Apologize for burning Qurans?

(Author’s note: The following is an unedited response of mine to an editorial recently published in my regional newspaper. Here’s a link to the edited version published in Newsday on 3/7/12 http://www.newsday.com/opinion/letters/letters-pulling-out-of-afghanistan-1.3583573 )

Dear Editor,

Your editorial in the Tuesday, February 28 issue of Newsday, titled “Afghanistan: Get out soon; Quran burning, killings of U.S. soldiers underscore hostilities between ‘allies,’” makes it sound as if we don’t have troops in 70 other countries, CIA in over 90 countries, and Diplomatic Security Service in over 200 countries, in our struggle against Islamist extremists.  Iraq and Afghanistan amount to the high ground in this struggle, much like Germany and Japan were the high ground in World War II.  Would you have us leave those places, too?

The fact is there are still many people out there who very much want to kill us.  Our ability to project power and influence through places like Afghanistan help keep us safe here in the U.S., just like staying in Germany helped protect us against the Soviet threat, and a presence in Japan helps us deter a Chinese threat.  Our presence in those two countries allowed them to rebuild, retool, and focus on social and infrastructure priorities, while we subsidized, and still do subsidize their defense.

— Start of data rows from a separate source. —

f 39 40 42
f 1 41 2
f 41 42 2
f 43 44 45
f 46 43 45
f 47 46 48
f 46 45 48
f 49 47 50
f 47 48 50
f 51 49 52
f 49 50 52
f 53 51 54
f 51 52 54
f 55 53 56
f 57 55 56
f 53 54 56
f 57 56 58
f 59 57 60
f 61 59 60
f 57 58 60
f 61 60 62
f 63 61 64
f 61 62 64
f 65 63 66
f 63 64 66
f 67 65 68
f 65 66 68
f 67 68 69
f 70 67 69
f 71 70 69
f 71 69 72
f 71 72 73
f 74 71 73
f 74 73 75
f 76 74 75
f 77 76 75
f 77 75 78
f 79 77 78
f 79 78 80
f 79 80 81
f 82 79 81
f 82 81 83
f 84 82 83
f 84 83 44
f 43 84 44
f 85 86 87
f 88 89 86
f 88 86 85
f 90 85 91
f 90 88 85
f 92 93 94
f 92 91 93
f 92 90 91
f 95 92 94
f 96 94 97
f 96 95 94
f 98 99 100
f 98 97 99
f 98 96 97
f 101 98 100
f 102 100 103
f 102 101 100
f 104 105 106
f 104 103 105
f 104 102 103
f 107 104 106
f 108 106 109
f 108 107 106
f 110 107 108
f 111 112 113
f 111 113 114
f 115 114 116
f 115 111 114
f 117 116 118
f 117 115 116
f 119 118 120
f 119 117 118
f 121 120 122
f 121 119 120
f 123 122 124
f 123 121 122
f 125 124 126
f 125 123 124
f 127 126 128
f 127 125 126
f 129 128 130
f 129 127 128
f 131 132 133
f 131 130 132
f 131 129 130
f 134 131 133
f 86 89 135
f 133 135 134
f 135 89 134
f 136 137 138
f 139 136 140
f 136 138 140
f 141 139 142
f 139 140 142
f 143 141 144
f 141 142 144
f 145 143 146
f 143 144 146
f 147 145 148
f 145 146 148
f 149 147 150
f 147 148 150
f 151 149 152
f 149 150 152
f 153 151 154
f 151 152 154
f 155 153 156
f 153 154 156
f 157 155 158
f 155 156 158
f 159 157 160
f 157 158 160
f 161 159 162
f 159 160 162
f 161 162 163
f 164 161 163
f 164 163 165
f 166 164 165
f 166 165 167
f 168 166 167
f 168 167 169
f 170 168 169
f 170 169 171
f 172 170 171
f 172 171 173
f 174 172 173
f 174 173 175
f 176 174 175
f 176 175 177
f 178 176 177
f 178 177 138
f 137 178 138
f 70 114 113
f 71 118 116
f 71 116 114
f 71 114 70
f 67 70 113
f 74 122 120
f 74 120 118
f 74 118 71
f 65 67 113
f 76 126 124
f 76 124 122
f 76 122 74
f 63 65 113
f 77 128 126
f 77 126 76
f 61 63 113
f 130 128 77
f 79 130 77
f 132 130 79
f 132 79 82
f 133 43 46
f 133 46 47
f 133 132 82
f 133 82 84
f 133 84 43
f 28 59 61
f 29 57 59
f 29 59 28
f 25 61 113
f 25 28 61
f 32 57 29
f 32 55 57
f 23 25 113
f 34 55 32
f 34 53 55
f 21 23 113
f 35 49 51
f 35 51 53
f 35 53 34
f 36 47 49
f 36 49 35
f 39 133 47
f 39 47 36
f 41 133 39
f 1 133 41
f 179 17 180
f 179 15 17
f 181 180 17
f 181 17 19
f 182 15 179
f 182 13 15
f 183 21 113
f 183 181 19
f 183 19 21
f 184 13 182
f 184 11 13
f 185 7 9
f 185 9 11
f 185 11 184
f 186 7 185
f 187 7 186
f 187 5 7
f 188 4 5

There is now pressure from NATO to invade Syria to stop the now year-long bloodshed; the death toll of innocent victims approaches nearly twice that of all the American deaths associated with ten years of battle in Iraq.  Since Barack Hussein Obama insisted on an untimely withdrawal from neighboring Iraq to please a hungry election year electorate, we now have no adjacent physical military presence with which to directly influence the ongoing tragedy there, or with Iran.  Our troops in Afghanistan dwindling and scheduled for full withdrawal, have no hope of influencing actions in Iran, which threaten to worsen, and invites an Israeli pre-emptive strike.

As for the desecrated Quran burnings, you know, but did not put in your editorial, that detainees had written in the books, which is strictly forbidden in Muslim teachings and against camp rules.  Although it is permissible to burn a damaged Quran, it is not preferable, and would require “rubbing out” references to Allah, His Angels and His Messengers before burning.  The Qurans had been deemed classified material because of the detainee writings in them, and were probably therefore scheduled to be destroyed along with other classified documents.

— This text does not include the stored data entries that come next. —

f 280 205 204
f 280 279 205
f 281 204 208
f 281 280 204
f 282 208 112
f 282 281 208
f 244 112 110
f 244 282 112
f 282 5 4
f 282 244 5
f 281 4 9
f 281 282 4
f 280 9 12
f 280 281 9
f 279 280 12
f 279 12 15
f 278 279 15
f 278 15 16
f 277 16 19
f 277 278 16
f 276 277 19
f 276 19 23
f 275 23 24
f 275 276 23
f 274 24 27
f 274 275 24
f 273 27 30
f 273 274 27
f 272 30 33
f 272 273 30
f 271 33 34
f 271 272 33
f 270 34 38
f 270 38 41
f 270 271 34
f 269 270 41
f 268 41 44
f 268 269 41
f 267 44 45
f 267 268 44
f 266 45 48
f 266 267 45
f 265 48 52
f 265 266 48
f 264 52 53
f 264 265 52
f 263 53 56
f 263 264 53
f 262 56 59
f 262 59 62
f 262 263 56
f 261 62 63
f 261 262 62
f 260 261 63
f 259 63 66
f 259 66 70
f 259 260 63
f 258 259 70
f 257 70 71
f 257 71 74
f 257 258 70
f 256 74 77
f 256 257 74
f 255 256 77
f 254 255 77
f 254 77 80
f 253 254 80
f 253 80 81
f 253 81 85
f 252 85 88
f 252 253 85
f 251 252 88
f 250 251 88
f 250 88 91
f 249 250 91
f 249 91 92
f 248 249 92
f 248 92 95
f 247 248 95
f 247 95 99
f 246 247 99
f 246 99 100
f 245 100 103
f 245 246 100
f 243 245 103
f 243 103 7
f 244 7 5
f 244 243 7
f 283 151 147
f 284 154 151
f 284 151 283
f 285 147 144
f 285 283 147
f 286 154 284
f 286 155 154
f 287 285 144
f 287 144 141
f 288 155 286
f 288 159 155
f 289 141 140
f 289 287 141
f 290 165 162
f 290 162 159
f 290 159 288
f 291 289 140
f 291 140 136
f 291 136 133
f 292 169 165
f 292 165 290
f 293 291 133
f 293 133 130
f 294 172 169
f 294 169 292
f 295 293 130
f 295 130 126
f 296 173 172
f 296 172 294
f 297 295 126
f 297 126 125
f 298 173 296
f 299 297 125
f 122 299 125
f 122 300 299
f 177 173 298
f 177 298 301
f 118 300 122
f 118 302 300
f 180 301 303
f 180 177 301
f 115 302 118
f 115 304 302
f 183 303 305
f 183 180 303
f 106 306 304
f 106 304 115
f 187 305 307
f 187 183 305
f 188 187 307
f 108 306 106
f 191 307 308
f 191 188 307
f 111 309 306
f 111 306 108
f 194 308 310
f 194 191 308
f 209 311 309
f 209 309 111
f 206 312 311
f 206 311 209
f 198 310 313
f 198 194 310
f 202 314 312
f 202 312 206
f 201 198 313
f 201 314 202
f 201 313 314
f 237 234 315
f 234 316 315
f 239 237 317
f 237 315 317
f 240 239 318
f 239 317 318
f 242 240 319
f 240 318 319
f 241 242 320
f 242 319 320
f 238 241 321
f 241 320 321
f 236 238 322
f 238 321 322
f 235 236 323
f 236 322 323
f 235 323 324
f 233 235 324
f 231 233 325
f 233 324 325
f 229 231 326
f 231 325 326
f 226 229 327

While serving at the U.S. detention facility in Guantanamo Bay, Cuba in 2002, I received briefings on the Muslim faith, which included cursory information on the proper handling of the Quran, but they did not include how to properly dispose of one.  Such details would be left for the U.S. Navy Muslim Chaplain on duty there.  I doubt the soldiers tasked with disposing of the books had any clue what they were doing would upset anyone.

I agree that we should apologize for inadvertently desecrating the Quran, precisely when all Taliban and al Qaeda apologize for every single American and other innocent human being they have killed, from Marine CPL Stephen Crowley, a Long Island native, and U.S. Embassy Guard in Islamabad, Pakistan, the first American casualty in the Global War on Terror, killed on November 21, 1979, to the victims of 9/11/01, whose numbers keep growing from the hazards of the response and clean-up at the World Trade Center, to Daniel Pearl’s video taped beheading, to the execution of the two U.S. Army officers you mention in your editorial.  When they do that, we should apologize for the books, not before.

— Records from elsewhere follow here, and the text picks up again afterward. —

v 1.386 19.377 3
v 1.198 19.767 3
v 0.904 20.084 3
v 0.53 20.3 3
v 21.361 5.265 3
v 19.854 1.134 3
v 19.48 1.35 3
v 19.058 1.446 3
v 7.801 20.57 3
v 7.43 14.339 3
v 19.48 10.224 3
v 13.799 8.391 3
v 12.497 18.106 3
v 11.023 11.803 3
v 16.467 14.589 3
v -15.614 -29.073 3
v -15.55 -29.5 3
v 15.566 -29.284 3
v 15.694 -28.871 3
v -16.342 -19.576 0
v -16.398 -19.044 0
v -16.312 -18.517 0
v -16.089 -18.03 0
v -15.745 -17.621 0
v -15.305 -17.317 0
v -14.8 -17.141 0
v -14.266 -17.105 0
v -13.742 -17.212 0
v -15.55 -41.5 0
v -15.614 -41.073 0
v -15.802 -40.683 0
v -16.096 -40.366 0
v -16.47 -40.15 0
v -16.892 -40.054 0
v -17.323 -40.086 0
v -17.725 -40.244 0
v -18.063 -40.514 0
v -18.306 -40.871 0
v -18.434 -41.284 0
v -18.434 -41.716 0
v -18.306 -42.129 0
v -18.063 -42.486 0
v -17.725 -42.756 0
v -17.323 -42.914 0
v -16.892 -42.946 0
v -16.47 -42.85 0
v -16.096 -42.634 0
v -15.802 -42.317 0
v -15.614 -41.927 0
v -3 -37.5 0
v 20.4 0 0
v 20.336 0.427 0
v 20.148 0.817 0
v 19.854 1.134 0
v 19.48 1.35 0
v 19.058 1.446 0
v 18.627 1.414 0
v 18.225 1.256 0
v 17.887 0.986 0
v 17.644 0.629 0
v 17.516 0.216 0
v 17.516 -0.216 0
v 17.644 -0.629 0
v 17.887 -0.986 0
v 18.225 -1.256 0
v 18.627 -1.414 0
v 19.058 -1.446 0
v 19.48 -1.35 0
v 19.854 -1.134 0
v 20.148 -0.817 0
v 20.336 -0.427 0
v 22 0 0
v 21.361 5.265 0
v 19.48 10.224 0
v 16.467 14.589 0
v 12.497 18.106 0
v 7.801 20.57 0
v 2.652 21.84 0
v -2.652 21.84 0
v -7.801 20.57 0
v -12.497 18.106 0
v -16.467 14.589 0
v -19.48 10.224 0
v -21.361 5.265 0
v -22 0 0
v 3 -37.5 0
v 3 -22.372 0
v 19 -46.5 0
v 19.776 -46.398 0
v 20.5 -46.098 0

The reality is that al Qaeda and the Taliban and their ilk will never apologize for anything they do.  As the Barbary Pirates before them, they are set on death and destruction in order to influence weaker forces into their realm of influence.  The murderous Islamist extremist protestors in this case have seized the President’s premature and unwarranted apology as a weakness, and have exploited it with the help of a traitorous media.  In what sane world to we excuse the murder of innocent people because of the incineration of paper?  Sincere religious followers understand that the sins of an individual are atoned between that person and their God, not avenged through a murderous crowd or individual.

NOTE: I am a three times mobilized retired U.S. Army Reserve Major, who served in Cuba and Iraq, and am the author of “Saving Grace at Guantanamo Bay: A Memoir of a Citizen Warrior.”